Start of SOURCE MATERIAL
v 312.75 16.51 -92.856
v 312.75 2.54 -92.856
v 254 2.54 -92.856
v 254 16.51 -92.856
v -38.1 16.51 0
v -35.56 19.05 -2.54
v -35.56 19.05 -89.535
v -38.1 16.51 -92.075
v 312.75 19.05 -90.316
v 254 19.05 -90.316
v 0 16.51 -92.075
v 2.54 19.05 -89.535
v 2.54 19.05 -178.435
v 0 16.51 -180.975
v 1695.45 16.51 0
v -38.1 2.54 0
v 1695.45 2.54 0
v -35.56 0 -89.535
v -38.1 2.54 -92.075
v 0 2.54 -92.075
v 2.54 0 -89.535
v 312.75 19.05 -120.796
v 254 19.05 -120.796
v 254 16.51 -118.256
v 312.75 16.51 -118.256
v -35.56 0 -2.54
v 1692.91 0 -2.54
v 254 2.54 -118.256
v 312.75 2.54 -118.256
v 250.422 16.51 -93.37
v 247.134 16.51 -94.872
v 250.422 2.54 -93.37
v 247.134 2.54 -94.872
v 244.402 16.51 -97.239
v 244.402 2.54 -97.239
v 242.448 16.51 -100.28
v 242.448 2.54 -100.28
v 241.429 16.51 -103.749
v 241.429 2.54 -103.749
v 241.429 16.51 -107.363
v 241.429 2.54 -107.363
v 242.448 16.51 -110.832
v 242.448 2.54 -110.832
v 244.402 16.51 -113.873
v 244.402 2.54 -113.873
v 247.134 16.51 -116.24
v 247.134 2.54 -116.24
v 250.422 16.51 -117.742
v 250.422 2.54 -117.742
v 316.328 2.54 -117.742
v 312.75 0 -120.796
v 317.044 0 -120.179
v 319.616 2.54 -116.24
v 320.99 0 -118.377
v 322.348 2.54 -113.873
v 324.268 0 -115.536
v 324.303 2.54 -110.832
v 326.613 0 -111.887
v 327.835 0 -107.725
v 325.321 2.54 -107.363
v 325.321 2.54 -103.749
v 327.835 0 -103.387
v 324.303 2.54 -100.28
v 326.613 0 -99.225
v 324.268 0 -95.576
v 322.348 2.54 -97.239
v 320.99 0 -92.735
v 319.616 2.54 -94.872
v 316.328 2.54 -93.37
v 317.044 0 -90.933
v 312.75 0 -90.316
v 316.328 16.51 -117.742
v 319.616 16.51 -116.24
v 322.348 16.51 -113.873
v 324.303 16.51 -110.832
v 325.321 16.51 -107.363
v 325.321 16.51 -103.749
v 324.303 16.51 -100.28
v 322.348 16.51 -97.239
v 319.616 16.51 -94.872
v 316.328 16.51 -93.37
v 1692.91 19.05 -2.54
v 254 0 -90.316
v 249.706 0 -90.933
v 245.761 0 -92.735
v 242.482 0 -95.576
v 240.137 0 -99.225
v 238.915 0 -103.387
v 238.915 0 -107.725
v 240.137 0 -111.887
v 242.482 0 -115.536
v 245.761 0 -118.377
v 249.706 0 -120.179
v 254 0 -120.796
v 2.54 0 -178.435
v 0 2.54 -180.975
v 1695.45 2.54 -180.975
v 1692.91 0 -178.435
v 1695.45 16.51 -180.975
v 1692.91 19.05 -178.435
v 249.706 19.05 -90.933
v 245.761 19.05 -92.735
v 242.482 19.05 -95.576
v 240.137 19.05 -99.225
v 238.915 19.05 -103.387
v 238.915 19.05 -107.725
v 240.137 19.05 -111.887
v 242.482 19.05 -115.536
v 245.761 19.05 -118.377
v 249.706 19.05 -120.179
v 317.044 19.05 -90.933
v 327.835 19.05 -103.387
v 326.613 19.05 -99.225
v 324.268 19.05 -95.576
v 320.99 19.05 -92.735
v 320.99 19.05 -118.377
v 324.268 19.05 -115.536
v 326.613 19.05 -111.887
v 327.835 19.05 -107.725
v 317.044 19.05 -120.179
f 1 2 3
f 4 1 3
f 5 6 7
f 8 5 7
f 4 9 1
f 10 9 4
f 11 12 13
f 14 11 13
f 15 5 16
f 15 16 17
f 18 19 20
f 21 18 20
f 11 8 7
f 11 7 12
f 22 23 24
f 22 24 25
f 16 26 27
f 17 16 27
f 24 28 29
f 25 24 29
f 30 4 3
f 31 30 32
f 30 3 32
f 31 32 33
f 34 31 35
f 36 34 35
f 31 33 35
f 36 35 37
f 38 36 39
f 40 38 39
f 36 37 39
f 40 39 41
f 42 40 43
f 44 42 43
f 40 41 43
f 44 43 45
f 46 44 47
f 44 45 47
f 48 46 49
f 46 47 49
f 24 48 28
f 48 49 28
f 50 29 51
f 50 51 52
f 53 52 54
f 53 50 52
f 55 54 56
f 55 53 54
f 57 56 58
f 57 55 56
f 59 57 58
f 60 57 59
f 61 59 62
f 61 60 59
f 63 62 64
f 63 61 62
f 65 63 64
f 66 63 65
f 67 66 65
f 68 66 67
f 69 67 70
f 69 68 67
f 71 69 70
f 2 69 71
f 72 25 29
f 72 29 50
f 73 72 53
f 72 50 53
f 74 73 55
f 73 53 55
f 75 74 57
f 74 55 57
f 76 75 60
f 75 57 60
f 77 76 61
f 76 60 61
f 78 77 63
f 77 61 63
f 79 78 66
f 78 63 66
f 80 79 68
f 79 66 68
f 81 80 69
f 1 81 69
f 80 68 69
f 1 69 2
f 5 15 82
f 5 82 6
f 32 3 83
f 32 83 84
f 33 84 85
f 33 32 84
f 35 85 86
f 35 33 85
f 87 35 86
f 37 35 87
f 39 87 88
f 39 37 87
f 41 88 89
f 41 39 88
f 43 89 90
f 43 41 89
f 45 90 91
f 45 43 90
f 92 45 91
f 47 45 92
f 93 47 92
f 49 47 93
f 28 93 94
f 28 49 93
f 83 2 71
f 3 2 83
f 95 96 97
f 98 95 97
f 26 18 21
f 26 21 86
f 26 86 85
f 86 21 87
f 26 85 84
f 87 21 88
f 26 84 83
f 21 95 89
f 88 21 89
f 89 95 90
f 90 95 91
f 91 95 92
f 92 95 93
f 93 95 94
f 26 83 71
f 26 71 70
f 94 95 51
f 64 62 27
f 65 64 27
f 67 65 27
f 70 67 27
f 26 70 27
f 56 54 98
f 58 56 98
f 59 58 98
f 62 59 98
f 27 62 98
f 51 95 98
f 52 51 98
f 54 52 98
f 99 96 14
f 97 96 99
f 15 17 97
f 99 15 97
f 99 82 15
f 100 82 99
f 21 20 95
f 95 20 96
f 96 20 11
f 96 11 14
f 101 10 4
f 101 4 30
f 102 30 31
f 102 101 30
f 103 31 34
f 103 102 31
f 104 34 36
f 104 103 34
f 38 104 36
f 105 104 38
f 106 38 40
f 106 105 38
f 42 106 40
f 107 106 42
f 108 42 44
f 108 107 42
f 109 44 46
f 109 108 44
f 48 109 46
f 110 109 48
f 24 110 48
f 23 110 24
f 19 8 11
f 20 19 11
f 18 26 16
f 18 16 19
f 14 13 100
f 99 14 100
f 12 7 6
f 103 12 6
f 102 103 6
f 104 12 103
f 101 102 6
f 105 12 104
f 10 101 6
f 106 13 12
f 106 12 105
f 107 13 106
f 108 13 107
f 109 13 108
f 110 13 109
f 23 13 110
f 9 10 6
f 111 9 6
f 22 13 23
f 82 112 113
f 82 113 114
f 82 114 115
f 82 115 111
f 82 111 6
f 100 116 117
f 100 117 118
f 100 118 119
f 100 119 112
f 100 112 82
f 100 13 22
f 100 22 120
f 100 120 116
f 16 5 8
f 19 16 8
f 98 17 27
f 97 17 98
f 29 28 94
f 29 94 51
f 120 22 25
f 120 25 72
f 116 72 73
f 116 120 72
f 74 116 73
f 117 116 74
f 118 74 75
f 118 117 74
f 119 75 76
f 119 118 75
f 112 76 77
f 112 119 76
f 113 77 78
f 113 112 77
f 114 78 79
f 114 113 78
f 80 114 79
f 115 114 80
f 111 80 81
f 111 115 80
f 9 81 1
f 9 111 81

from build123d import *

# Parameters (mm, degrees)
SKETCH1_W           = 1695.45
SKETCH1_H           = 180.975
BOSS_EXTRUDE1_DEPTH = 19.05
SKETCH2_W           = 38.1
SKETCH2_H           = 92.075
BOSS_EXTRUDE3_DEPTH = 19.05
CHAMFER1_SIZE       = 2.54
CHAMFER2_SIZE       = 2.54


with BuildPart() as part:
    # Sketch1 → Boss-Extrude1 (new body)
    with BuildSketch(Plane(origin=(0, 0, 0), x_dir=(1, 0, 0), z_dir=(0, 1, 0))):
        with Locations((847.725, 90.4875)):
            Rectangle(SKETCH1_W, SKETCH1_H)
        with BuildLine():
            Line((254, 118.25605), (312.7502, 118.25605))
            ThreePointArc((312.7502, 118.25605), (325.4502, 105.55605), (312.7502, 92.85605))
            Line((312.7502, 92.85605), (254, 92.85605))
            ThreePointArc((254, 92.85605), (241.3, 105.55605), (254, 118.25605))
        make_face(mode=Mode.SUBTRACT)
    extrude(amount=BOSS_EXTRUDE1_DEPTH)

    # Sketch2 → Boss-Extrude3 (add, through all)
    with BuildSketch(Plane(origin=(0, 19.05, 0), x_dir=(1, 0, 0), z_dir=(0, 1, 0))):
        with Locations((-19.05, 46.0375)):
            Rectangle(SKETCH2_W, SKETCH2_H)
    extrude(amount=-BOSS_EXTRUDE3_DEPTH)

    # Chamfer1
    chamfer1_edges = [part.edges().sort_by_distance(p)[0] for p in [
        (1695.45, 19.05, -90.4875),
        (325.4502, 19.05, -105.55605),
        (847.725, 19.05, -180.975),
        (283.3751, 19.05, -118.25605),
        (241.3, 19.05, -105.55605),
        (283.3751, 19.05, -92.85605),
        (-19.05, 19.05, -92.075),
        (-38.1, 19.05, -46.0375),
        (0, 19.05, -136.525),
        (828.675, 19.05, 0),
    ]]
    chamfer(chamfer1_edges, length=CHAMFER1_SIZE)

    # Chamfer2
    chamfer2_edges = [part.edges().sort_by_distance(p)[0] for p in [
        (325.4502, 0, -105.55605),
        (283.3751, 0, -118.25605),
        (241.3, 0, -105.55605),
        (283.3751, 0, -92.85605),
        (-38.1, 0, -46.0375),
        (-19.05, 0, -92.075),
        (847.725, 0, -180.975),
        (1695.45, 0, -90.4875),
        (828.675, 0, 0),
        (0, 0, -136.525),
    ]]
    chamfer(chamfer2_edges, length=CHAMFER2_SIZE)


solid = part.part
End of SOURCE MATERIAL
YOUR ASSIGNMENT >>
Output the material above exactly, but only from the line that carries "v -35.56 0 -89.535" through the line that carries "v 240.137 0 -99.225".

PROBLEM SOLUTION >>
v -35.56 0 -89.535
v -38.1 2.54 -92.075
v 0 2.54 -92.075
v 2.54 0 -89.535
v 312.75 19.05 -120.796
v 254 19.05 -120.796
v 254 16.51 -118.256
v 312.75 16.51 -118.256
v -35.56 0 -2.54
v 1692.91 0 -2.54
v 254 2.54 -118.256
v 312.75 2.54 -118.256
v 250.422 16.51 -93.37
v 247.134 16.51 -94.872
v 250.422 2.54 -93.37
v 247.134 2.54 -94.872
v 244.402 16.51 -97.239
v 244.402 2.54 -97.239
v 242.448 16.51 -100.28
v 242.448 2.54 -100.28
v 241.429 16.51 -103.749
v 241.429 2.54 -103.749
v 241.429 16.51 -107.363
v 241.429 2.54 -107.363
v 242.448 16.51 -110.832
v 242.448 2.54 -110.832
v 244.402 16.51 -113.873
v 244.402 2.54 -113.873
v 247.134 16.51 -116.24
v 247.134 2.54 -116.24
v 250.422 16.51 -117.742
v 250.422 2.54 -117.742
v 316.328 2.54 -117.742
v 312.75 0 -120.796
v 317.044 0 -120.179
v 319.616 2.54 -116.24
v 320.99 0 -118.377
v 322.348 2.54 -113.873
v 324.268 0 -115.536
v 324.303 2.54 -110.832
v 326.613 0 -111.887
v 327.835 0 -107.725
v 325.321 2.54 -107.363
v 325.321 2.54 -103.749
v 327.835 0 -103.387
v 324.303 2.54 -100.28
v 326.613 0 -99.225
v 324.268 0 -95.576
v 322.348 2.54 -97.239
v 320.99 0 -92.735
v 319.616 2.54 -94.872
v 316.328 2.54 -93.37
v 317.044 0 -90.933
v 312.75 0 -90.316
v 316.328 16.51 -117.742
v 319.616 16.51 -116.24
v 322.348 16.51 -113.873
v 324.303 16.51 -110.832
v 325.321 16.51 -107.363
v 325.321 16.51 -103.749
v 324.303 16.51 -100.28
v 322.348 16.51 -97.239
v 319.616 16.51 -94.872
v 316.328 16.51 -93.37
v 1692.91 19.05 -2.54
v 254 0 -90.316
v 249.706 0 -90.933
v 245.761 0 -92.735
v 242.482 0 -95.576
v 240.137 0 -99.225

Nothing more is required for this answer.